Collected data
────────────────────────────────────────

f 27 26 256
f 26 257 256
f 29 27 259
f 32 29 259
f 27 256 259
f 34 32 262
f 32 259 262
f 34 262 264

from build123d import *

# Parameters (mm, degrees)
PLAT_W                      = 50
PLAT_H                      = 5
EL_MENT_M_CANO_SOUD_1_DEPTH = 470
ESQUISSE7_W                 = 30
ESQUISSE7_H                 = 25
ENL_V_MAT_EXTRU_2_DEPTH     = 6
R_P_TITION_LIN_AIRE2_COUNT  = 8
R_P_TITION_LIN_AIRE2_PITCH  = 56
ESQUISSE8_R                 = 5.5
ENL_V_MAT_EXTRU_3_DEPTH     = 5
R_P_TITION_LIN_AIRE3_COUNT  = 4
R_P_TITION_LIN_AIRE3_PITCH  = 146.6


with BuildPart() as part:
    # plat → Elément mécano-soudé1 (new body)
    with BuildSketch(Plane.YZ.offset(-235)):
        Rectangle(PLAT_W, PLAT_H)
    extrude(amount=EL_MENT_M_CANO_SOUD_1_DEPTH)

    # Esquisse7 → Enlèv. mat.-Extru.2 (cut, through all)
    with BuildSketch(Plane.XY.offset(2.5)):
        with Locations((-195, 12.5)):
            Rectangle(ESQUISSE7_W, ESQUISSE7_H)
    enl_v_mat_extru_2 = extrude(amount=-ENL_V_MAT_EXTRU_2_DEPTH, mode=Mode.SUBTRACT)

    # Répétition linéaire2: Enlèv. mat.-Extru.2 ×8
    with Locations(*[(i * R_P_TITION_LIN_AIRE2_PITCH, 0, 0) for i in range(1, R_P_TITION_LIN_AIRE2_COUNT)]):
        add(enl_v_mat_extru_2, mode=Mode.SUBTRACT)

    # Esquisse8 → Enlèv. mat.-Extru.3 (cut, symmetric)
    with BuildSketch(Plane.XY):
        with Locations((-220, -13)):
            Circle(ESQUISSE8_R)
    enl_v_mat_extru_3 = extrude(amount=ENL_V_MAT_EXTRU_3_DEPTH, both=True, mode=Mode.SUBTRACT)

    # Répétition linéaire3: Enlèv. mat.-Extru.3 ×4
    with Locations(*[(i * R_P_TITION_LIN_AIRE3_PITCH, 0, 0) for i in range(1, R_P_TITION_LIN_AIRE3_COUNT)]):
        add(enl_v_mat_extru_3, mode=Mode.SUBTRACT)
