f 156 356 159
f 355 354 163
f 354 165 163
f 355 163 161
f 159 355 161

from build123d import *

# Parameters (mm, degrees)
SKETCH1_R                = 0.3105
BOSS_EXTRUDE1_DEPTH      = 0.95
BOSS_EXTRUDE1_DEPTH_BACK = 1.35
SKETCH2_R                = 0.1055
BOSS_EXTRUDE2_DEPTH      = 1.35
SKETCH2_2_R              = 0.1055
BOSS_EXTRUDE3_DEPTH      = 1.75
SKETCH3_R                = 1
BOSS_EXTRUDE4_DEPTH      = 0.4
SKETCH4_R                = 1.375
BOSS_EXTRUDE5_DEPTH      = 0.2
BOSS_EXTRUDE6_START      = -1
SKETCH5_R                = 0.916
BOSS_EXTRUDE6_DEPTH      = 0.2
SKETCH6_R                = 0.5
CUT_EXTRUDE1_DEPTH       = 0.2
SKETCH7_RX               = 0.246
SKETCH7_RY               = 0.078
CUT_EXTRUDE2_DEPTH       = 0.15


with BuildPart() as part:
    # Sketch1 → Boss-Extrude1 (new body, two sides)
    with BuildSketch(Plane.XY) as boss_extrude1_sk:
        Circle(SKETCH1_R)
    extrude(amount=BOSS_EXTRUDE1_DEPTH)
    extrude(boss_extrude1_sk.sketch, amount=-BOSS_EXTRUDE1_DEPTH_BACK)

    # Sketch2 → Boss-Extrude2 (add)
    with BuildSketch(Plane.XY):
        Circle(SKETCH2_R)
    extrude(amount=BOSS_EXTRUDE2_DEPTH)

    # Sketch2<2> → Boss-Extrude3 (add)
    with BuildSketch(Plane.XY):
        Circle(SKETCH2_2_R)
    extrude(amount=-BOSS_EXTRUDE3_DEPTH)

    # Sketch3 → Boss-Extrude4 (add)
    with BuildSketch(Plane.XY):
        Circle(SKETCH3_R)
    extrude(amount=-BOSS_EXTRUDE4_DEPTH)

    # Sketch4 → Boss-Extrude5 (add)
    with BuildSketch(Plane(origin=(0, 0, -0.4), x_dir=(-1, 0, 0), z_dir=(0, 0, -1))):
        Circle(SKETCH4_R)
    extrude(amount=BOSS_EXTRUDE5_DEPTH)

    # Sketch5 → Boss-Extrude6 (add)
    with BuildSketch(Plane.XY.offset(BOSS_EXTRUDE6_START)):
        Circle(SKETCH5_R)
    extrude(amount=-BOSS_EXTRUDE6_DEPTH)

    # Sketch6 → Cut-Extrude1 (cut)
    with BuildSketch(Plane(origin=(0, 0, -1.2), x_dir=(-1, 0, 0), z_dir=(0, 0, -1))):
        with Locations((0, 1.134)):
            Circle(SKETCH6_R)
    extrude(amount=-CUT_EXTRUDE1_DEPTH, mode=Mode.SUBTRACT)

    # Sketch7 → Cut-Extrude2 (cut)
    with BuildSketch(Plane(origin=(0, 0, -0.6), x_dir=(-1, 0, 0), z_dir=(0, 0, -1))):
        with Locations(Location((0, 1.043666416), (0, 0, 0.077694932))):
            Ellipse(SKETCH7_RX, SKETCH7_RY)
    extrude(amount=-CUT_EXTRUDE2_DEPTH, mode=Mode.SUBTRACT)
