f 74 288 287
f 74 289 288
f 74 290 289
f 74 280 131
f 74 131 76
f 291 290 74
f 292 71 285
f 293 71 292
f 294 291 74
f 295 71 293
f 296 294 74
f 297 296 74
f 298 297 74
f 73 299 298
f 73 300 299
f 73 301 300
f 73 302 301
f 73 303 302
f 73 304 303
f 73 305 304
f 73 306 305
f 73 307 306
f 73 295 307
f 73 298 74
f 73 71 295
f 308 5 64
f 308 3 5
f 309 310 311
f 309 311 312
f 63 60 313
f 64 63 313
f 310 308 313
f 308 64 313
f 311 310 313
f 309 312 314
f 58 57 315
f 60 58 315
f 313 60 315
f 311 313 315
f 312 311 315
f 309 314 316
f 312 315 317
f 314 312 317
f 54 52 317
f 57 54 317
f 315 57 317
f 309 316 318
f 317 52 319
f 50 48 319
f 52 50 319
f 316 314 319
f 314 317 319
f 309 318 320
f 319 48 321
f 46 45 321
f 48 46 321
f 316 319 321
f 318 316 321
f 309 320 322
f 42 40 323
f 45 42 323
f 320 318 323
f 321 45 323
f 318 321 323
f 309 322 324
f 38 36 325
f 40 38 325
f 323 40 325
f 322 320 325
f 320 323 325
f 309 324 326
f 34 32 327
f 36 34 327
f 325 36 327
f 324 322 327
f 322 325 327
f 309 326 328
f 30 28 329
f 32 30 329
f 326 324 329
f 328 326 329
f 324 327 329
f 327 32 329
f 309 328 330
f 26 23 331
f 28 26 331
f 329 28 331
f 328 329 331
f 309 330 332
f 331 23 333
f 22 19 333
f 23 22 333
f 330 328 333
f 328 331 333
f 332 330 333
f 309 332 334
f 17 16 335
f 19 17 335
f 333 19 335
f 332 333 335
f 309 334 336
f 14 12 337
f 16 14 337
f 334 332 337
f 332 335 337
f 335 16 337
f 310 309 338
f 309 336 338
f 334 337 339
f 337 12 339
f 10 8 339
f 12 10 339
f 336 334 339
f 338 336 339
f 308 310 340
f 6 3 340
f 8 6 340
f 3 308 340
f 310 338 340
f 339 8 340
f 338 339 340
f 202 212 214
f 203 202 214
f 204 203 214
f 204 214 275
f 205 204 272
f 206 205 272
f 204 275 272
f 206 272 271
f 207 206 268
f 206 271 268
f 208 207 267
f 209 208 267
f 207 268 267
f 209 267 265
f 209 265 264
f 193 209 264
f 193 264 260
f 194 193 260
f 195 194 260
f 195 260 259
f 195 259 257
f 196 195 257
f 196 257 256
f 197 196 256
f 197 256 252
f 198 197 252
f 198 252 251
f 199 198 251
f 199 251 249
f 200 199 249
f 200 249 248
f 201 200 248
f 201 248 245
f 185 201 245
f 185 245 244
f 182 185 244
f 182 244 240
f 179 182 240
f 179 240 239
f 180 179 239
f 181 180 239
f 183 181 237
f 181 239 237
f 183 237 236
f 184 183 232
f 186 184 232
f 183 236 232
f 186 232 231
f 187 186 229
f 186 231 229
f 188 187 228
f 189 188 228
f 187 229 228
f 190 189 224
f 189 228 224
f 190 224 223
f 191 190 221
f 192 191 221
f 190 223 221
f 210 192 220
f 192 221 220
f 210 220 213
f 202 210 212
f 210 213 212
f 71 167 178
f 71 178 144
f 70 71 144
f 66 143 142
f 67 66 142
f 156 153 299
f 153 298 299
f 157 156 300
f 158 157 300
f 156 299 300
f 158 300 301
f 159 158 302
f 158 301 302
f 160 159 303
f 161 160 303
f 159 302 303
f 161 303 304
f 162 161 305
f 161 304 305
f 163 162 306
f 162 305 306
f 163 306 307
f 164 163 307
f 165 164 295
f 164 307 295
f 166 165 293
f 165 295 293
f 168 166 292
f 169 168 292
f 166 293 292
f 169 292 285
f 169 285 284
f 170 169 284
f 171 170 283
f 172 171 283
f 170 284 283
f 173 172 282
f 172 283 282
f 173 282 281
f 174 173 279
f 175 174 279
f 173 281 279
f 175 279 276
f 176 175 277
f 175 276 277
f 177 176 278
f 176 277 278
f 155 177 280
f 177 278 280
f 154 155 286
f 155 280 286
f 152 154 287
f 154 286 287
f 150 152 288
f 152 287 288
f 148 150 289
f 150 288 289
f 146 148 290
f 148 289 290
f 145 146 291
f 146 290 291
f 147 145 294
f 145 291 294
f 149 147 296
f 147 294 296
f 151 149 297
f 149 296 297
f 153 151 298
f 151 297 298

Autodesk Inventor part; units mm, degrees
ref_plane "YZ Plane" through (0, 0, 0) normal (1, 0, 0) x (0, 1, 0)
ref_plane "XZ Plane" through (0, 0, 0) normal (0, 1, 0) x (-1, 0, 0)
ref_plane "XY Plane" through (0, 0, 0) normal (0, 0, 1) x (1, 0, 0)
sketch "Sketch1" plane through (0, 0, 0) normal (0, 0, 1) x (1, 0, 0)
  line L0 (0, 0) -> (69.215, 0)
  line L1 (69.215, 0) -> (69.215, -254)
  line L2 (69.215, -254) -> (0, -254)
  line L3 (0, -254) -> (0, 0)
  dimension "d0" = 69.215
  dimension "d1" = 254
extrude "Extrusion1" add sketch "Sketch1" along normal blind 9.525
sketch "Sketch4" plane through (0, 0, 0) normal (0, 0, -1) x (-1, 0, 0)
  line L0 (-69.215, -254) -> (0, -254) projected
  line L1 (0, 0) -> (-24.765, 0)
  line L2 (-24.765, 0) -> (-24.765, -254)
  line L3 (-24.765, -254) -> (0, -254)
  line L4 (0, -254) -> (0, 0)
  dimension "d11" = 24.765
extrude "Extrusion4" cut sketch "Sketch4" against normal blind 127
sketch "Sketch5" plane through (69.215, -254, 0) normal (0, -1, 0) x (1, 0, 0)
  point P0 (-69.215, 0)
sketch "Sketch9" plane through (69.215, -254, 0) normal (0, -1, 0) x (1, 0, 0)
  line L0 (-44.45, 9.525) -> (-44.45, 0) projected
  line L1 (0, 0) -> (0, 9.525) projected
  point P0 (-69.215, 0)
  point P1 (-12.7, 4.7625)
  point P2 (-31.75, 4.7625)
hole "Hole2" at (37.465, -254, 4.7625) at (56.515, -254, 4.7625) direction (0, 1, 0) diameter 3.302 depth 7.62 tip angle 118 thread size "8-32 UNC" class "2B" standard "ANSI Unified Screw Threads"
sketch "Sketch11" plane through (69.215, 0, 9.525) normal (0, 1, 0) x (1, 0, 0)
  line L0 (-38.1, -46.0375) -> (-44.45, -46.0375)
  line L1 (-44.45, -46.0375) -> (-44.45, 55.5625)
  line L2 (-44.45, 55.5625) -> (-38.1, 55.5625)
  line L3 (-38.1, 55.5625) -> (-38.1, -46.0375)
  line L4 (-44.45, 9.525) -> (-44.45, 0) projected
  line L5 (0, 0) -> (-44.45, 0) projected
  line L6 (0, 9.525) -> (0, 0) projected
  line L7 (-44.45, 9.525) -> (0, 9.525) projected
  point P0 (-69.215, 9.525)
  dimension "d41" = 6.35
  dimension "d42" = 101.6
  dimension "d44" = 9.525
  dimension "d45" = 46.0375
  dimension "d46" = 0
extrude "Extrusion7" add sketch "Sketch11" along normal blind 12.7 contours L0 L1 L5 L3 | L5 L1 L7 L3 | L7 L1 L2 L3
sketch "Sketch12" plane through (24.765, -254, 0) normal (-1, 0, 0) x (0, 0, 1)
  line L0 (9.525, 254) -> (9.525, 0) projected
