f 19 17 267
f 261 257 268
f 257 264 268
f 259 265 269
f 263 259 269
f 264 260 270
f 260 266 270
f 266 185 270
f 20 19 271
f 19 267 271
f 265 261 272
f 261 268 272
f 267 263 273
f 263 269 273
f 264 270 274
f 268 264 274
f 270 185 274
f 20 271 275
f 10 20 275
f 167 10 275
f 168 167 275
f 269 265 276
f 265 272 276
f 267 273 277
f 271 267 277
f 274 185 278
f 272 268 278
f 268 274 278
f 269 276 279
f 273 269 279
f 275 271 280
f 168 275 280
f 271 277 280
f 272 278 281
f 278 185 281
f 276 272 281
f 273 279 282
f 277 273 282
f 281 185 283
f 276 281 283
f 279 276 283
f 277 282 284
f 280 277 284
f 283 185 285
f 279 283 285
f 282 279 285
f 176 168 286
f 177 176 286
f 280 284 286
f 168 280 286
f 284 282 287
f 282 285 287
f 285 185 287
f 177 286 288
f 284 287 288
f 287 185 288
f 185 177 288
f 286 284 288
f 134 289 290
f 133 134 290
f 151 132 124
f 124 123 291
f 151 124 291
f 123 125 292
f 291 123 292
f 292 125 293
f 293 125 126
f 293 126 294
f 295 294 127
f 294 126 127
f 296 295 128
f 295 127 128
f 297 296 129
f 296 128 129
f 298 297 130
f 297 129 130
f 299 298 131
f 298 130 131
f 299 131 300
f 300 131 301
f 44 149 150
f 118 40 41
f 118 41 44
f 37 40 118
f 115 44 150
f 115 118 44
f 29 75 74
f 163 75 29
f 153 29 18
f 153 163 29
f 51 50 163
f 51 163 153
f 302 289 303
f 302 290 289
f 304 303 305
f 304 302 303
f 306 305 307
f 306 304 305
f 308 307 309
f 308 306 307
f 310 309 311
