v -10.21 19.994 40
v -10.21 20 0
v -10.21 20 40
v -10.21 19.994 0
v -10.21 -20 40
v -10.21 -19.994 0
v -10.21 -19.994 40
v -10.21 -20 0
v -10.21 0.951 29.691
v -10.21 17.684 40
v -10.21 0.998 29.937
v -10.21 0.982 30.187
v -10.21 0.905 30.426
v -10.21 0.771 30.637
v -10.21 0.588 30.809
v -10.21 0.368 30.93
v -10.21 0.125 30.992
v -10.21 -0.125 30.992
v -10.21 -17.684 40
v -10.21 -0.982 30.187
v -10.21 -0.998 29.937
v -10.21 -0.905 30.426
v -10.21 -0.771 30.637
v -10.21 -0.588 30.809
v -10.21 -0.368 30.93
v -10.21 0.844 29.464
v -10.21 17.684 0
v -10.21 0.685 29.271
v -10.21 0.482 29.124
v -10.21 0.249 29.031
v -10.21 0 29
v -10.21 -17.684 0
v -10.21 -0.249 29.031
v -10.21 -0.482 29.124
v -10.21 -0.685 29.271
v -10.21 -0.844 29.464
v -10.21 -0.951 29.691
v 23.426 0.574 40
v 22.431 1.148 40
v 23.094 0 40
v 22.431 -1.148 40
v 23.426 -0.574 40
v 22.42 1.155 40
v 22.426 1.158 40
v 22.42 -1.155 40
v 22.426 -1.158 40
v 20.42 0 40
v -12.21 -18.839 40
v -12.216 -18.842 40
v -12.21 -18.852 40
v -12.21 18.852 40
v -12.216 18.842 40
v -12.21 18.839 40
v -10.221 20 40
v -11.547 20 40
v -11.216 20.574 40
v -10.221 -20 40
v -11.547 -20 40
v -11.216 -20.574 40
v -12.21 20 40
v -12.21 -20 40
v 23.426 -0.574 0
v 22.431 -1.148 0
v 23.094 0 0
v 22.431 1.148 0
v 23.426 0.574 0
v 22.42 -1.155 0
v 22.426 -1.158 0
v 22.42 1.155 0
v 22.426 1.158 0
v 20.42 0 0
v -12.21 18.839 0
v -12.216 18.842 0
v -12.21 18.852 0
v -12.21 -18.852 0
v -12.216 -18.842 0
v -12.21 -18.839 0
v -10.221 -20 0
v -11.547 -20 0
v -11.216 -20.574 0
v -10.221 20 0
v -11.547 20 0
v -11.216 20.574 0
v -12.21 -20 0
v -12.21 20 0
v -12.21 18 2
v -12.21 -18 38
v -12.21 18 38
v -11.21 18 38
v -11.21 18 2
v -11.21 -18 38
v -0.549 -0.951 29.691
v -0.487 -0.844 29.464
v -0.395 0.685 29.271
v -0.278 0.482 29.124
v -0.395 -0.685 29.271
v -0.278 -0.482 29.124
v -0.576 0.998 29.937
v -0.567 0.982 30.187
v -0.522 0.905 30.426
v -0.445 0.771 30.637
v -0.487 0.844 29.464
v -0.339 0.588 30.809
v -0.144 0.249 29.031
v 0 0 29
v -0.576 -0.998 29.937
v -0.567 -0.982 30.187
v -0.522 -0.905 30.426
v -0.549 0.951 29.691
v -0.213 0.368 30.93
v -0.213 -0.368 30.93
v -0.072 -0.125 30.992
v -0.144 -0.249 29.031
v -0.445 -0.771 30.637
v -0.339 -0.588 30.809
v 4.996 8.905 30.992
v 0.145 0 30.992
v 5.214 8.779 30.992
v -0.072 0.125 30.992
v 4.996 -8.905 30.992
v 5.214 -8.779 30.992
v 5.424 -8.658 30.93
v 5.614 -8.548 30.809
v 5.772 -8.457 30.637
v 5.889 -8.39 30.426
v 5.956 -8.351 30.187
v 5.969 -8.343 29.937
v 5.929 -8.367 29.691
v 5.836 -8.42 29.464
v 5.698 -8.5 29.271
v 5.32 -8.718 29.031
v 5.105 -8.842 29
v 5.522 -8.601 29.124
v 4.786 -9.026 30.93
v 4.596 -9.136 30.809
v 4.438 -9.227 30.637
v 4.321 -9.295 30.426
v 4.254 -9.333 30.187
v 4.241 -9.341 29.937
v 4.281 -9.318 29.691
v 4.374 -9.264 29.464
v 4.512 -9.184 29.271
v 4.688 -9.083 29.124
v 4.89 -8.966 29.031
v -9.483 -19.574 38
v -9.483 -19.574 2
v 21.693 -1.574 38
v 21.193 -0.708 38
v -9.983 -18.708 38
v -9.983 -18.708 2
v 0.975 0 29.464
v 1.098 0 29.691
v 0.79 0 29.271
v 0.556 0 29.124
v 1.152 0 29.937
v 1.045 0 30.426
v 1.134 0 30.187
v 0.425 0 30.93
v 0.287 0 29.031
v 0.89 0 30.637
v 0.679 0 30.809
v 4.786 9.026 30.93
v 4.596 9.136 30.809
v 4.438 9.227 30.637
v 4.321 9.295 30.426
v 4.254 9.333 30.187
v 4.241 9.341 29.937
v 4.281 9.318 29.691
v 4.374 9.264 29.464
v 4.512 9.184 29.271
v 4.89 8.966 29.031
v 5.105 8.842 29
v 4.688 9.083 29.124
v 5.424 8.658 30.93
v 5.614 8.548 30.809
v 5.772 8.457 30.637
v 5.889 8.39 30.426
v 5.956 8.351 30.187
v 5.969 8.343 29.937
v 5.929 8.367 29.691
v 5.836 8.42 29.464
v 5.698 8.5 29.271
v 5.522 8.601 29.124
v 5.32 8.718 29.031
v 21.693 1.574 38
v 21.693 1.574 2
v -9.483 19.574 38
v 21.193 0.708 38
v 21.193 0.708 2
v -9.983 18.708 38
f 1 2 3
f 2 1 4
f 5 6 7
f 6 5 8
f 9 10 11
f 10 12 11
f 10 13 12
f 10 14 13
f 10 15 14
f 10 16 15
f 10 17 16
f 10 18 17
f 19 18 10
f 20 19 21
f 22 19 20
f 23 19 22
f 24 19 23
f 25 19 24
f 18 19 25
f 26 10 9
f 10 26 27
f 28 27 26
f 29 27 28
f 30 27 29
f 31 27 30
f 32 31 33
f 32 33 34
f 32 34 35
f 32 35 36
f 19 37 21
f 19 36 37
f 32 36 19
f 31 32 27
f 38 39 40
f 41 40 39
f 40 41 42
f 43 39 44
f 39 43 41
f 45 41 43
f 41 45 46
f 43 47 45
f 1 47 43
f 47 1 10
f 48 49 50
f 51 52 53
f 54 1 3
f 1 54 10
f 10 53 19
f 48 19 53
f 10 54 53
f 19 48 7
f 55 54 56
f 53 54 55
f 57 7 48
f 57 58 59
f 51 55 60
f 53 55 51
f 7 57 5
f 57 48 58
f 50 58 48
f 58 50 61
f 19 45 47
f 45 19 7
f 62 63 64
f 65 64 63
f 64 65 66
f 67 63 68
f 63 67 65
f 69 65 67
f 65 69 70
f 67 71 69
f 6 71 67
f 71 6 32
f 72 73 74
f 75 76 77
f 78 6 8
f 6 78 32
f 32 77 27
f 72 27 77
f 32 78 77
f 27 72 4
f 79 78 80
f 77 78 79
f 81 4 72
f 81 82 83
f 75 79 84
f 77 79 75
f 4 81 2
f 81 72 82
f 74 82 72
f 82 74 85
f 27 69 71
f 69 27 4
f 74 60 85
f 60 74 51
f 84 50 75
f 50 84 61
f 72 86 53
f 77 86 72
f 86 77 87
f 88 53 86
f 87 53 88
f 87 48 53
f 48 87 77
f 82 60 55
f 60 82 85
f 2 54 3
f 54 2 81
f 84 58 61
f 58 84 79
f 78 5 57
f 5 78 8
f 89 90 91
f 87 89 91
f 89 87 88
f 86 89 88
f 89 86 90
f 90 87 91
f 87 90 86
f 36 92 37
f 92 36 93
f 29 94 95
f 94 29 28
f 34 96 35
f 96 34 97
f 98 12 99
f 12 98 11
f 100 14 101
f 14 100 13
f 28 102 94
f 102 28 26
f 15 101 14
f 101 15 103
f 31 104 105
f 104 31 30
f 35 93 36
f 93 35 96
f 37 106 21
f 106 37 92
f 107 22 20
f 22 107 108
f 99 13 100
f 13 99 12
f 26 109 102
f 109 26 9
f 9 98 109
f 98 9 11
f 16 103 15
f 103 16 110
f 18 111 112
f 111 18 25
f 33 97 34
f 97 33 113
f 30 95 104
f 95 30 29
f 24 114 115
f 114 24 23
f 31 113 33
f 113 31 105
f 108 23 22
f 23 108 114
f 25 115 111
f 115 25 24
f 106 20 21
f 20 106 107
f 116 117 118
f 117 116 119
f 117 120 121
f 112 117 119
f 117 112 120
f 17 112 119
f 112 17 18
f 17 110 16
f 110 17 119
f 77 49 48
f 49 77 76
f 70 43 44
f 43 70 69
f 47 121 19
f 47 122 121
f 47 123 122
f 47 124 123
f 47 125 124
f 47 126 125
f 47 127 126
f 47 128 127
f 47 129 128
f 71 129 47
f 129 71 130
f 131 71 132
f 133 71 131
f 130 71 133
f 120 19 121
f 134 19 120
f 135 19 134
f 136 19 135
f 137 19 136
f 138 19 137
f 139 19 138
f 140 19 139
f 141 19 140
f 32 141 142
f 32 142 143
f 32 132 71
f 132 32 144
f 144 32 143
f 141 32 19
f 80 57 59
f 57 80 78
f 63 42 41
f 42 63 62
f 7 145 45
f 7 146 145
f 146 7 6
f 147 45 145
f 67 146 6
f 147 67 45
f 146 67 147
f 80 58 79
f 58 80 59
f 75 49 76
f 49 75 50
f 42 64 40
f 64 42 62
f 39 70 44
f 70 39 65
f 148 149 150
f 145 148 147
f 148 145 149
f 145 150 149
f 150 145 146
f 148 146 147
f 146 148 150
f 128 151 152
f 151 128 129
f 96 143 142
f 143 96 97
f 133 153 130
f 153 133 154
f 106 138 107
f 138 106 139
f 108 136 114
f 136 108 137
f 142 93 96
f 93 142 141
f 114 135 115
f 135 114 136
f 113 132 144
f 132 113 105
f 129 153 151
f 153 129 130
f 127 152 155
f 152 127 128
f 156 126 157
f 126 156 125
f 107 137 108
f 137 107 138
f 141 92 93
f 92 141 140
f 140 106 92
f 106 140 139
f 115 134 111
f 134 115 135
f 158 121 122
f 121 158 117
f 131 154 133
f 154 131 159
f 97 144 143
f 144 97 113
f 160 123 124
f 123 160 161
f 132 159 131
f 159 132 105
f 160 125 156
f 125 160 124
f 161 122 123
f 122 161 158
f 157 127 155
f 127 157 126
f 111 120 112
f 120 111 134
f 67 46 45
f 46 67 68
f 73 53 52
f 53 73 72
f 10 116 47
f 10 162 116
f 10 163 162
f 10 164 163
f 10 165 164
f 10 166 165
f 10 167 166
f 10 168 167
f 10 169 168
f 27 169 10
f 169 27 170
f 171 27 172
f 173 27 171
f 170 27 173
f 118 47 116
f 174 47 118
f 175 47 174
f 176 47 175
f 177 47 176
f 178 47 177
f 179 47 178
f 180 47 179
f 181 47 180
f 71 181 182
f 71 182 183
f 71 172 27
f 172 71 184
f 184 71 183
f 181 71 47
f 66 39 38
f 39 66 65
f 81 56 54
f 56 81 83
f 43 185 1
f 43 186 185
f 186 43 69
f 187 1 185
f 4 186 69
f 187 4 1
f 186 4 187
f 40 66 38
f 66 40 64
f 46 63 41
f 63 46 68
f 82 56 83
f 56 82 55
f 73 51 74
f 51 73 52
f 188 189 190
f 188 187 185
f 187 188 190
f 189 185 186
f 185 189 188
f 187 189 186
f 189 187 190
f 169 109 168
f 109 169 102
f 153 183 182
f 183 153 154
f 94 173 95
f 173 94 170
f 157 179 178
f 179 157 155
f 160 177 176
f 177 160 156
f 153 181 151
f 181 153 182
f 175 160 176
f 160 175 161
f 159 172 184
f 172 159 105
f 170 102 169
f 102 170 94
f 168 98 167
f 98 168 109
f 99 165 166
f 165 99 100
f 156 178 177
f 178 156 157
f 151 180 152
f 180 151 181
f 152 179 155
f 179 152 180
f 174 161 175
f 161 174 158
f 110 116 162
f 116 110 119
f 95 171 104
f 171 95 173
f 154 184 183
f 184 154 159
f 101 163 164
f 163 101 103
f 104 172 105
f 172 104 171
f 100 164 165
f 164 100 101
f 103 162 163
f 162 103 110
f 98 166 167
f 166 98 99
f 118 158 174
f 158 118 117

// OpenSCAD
$fn = 25;

module prism(l, w, h){
	polyhedron(
			points=[[0,0,0], [l,0,0], [l,w,0], [0,w,0], [0,w,h], [l,w,h]],
			faces=[[0,1,2,3],[5,4,3,2],[0,4,5,1],[0,3,4],[5,2,1]]
			);
	}

for (i = [0:120:240]) {
	rotate([0, 0, i]) {
		// sticks in the middle
		translate([-11, 0, 30]) rotate([0, 90, 0]) cylinder(r=1, h=11);
		// one side
		translate([-12.21, -20, 0]) {
			difference() {
				cube([2, 40, 40]);
				translate([0, 2, 2]) cube([1, 36, 36]);
			}
			translate([1, 38, 2]) rotate ([0, 0, 180]) prism(1, 36, 36);
		}
	}
}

────────────────────────────────────────

**WORK INSTRUCTION**
Starting with the line that holds "line L7 (-44.45, 9.525)" and ending with the line that holds "L7 L1 L2 L3", retype every line in the data above exactly, and nothing else.

**YOUR SOLUTION**
  line L7 (-44.45, 9.525) -> (0, 9.525) projected
  point P0 (-69.215, 9.525)
  dimension "d41" = 6.35
  dimension "d42" = 101.6
  dimension "d44" = 9.525
  dimension "d45" = 46.0375
  dimension "d46" = 0
extrude "Extrusion7" add sketch "Sketch11" along normal blind 12.7 contours L0 L1 L5 L3 | L5 L1 L7 L3 | L7 L1 L2 L3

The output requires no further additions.